(DATA FOR THIS TASK Opens)

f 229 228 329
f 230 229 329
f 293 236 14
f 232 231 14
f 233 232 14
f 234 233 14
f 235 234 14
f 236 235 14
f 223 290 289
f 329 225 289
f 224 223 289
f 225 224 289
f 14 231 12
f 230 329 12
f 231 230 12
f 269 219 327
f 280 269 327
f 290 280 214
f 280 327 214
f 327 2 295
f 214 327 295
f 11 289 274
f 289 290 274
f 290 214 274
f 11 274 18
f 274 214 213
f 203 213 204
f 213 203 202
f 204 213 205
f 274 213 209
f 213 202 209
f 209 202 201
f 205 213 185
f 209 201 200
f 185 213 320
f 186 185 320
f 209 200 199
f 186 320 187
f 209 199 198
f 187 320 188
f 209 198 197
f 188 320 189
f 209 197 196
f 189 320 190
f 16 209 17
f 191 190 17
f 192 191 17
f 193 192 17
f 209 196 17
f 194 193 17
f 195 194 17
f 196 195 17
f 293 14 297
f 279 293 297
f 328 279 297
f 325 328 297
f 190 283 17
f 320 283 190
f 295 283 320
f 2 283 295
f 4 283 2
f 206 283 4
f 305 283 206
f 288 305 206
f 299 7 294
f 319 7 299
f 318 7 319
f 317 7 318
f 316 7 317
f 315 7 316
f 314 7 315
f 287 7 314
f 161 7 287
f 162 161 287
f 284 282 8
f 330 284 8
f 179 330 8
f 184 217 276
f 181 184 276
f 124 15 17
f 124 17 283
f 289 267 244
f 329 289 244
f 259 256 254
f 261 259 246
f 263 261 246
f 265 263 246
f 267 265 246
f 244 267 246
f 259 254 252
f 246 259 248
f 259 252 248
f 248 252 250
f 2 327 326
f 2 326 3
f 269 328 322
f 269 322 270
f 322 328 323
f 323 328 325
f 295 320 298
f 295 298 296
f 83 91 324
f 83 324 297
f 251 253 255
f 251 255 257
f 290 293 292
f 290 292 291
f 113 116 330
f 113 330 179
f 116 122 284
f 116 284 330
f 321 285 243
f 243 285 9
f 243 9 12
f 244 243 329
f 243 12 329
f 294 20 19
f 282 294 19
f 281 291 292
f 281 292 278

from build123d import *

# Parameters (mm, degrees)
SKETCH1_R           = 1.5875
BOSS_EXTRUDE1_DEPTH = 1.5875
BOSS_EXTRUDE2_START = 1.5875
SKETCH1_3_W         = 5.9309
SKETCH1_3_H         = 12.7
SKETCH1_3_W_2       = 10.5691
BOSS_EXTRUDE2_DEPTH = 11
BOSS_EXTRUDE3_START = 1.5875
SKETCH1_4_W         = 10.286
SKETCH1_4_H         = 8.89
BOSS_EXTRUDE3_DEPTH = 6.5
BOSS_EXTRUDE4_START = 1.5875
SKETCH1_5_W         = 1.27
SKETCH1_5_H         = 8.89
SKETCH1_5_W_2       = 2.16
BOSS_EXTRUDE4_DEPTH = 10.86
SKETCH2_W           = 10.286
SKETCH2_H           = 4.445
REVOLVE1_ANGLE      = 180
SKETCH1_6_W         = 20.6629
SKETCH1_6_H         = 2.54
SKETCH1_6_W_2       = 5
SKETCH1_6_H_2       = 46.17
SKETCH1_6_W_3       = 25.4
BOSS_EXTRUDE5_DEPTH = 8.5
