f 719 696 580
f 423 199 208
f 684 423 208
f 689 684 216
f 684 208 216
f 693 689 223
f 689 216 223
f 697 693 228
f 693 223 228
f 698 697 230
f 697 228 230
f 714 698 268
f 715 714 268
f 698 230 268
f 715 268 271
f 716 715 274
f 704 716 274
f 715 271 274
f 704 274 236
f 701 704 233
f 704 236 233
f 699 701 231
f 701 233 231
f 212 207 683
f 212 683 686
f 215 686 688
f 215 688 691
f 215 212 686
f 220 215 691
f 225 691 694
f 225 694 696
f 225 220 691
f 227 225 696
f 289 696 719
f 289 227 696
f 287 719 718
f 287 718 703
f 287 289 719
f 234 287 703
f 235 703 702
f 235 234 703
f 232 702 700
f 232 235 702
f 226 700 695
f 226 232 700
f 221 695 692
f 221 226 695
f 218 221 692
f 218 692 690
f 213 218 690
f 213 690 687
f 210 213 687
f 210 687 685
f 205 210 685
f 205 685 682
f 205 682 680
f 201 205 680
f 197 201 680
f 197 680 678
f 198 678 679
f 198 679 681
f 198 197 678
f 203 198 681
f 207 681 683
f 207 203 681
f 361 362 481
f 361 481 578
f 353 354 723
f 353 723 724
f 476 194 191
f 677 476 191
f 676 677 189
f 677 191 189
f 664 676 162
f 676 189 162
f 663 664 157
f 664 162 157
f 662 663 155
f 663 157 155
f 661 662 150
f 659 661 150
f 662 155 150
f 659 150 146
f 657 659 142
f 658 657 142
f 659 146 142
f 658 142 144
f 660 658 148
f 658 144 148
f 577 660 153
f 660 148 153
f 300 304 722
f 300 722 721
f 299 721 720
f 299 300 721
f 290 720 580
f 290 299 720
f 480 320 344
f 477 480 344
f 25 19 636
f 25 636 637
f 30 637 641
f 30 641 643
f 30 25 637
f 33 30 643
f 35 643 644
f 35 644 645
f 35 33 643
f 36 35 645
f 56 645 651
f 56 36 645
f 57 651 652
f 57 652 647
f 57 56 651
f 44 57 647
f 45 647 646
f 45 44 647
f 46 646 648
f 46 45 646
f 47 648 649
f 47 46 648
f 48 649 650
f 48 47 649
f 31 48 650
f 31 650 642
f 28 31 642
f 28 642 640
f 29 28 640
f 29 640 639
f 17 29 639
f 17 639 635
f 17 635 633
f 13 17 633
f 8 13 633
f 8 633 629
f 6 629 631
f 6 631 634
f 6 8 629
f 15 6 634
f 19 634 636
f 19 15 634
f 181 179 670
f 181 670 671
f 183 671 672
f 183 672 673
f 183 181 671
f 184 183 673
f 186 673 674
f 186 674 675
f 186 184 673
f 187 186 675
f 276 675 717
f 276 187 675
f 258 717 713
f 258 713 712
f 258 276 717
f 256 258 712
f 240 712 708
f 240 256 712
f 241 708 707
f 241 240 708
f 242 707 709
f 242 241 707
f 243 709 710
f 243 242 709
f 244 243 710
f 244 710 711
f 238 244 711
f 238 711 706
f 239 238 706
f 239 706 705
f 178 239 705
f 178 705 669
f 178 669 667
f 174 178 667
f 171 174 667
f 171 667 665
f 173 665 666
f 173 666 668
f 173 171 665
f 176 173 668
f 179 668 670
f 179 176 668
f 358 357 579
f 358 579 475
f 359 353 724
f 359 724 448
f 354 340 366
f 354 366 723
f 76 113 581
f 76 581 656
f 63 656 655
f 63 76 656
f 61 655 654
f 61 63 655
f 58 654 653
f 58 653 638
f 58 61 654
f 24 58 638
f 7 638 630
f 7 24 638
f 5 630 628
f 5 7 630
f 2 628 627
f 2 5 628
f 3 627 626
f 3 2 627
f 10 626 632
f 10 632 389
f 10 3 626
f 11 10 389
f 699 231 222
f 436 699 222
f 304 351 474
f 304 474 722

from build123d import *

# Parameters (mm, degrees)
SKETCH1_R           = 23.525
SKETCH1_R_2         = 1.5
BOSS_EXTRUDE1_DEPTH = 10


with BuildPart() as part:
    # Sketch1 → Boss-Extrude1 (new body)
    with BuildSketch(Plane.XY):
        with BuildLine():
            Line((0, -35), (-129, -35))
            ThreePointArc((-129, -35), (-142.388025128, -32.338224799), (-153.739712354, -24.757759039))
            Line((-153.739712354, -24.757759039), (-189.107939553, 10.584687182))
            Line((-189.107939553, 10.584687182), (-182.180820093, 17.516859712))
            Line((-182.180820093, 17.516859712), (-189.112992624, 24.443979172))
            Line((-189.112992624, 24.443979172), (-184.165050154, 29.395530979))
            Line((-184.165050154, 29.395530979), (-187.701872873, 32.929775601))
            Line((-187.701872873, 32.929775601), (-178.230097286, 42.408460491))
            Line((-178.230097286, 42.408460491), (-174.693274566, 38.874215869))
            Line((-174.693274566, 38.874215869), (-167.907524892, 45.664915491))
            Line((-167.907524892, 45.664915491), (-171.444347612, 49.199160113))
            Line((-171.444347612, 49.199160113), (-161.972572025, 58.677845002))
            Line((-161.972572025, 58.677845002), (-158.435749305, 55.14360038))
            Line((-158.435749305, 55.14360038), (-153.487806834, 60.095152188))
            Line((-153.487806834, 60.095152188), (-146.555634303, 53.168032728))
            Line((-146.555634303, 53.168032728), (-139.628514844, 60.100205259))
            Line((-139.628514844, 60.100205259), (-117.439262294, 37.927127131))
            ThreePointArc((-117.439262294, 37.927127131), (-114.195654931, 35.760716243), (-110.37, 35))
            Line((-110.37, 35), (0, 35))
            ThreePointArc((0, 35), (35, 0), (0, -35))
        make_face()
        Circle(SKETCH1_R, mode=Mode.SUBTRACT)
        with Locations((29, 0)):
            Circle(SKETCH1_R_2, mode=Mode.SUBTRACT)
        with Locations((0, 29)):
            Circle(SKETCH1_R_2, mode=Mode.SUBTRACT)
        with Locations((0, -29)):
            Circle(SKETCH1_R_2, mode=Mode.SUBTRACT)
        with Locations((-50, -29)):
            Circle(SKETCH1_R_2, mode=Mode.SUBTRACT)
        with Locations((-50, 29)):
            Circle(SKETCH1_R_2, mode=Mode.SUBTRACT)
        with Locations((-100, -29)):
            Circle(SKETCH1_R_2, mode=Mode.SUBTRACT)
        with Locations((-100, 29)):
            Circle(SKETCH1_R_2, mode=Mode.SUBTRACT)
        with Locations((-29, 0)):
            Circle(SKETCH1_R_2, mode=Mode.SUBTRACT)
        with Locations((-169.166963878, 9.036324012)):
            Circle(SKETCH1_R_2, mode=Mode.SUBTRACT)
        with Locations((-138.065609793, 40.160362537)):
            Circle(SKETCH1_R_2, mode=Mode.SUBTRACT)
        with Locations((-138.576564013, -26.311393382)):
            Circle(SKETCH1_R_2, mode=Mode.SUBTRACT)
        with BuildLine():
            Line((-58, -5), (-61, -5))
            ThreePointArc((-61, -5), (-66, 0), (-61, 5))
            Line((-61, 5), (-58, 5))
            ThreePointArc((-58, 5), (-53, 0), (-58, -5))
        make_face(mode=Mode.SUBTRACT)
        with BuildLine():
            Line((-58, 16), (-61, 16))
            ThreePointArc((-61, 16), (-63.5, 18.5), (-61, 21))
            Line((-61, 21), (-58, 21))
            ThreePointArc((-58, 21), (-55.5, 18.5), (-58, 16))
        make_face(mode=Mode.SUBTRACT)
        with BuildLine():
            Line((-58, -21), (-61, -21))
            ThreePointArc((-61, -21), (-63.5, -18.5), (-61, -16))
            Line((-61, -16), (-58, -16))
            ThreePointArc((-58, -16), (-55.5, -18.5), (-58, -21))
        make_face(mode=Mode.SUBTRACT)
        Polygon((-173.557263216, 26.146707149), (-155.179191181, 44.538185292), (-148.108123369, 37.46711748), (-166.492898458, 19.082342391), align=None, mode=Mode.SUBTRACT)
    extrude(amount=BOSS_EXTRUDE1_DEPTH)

(DATA FOR THIS TASK Closes)

WORK TO COMPLETE = Transcribe the records above exactly, beginning at the line that contains "f 663 664 157" and ending with the line that contains "f 30 637 641", both included, and nothing else.

EXERCISE RESPONSE =
f 663 664 157
f 664 162 157
f 662 663 155
f 663 157 155
f 661 662 150
f 659 661 150
f 662 155 150
f 659 150 146
f 657 659 142
f 658 657 142
f 659 146 142
f 658 142 144
f 660 658 148
f 658 144 148
f 577 660 153
f 660 148 153
f 300 304 722
f 300 722 721
f 299 721 720
f 299 300 721
f 290 720 580
f 290 299 720
f 480 320 344
f 477 480 344
f 25 19 636
f 25 636 637
f 30 637 641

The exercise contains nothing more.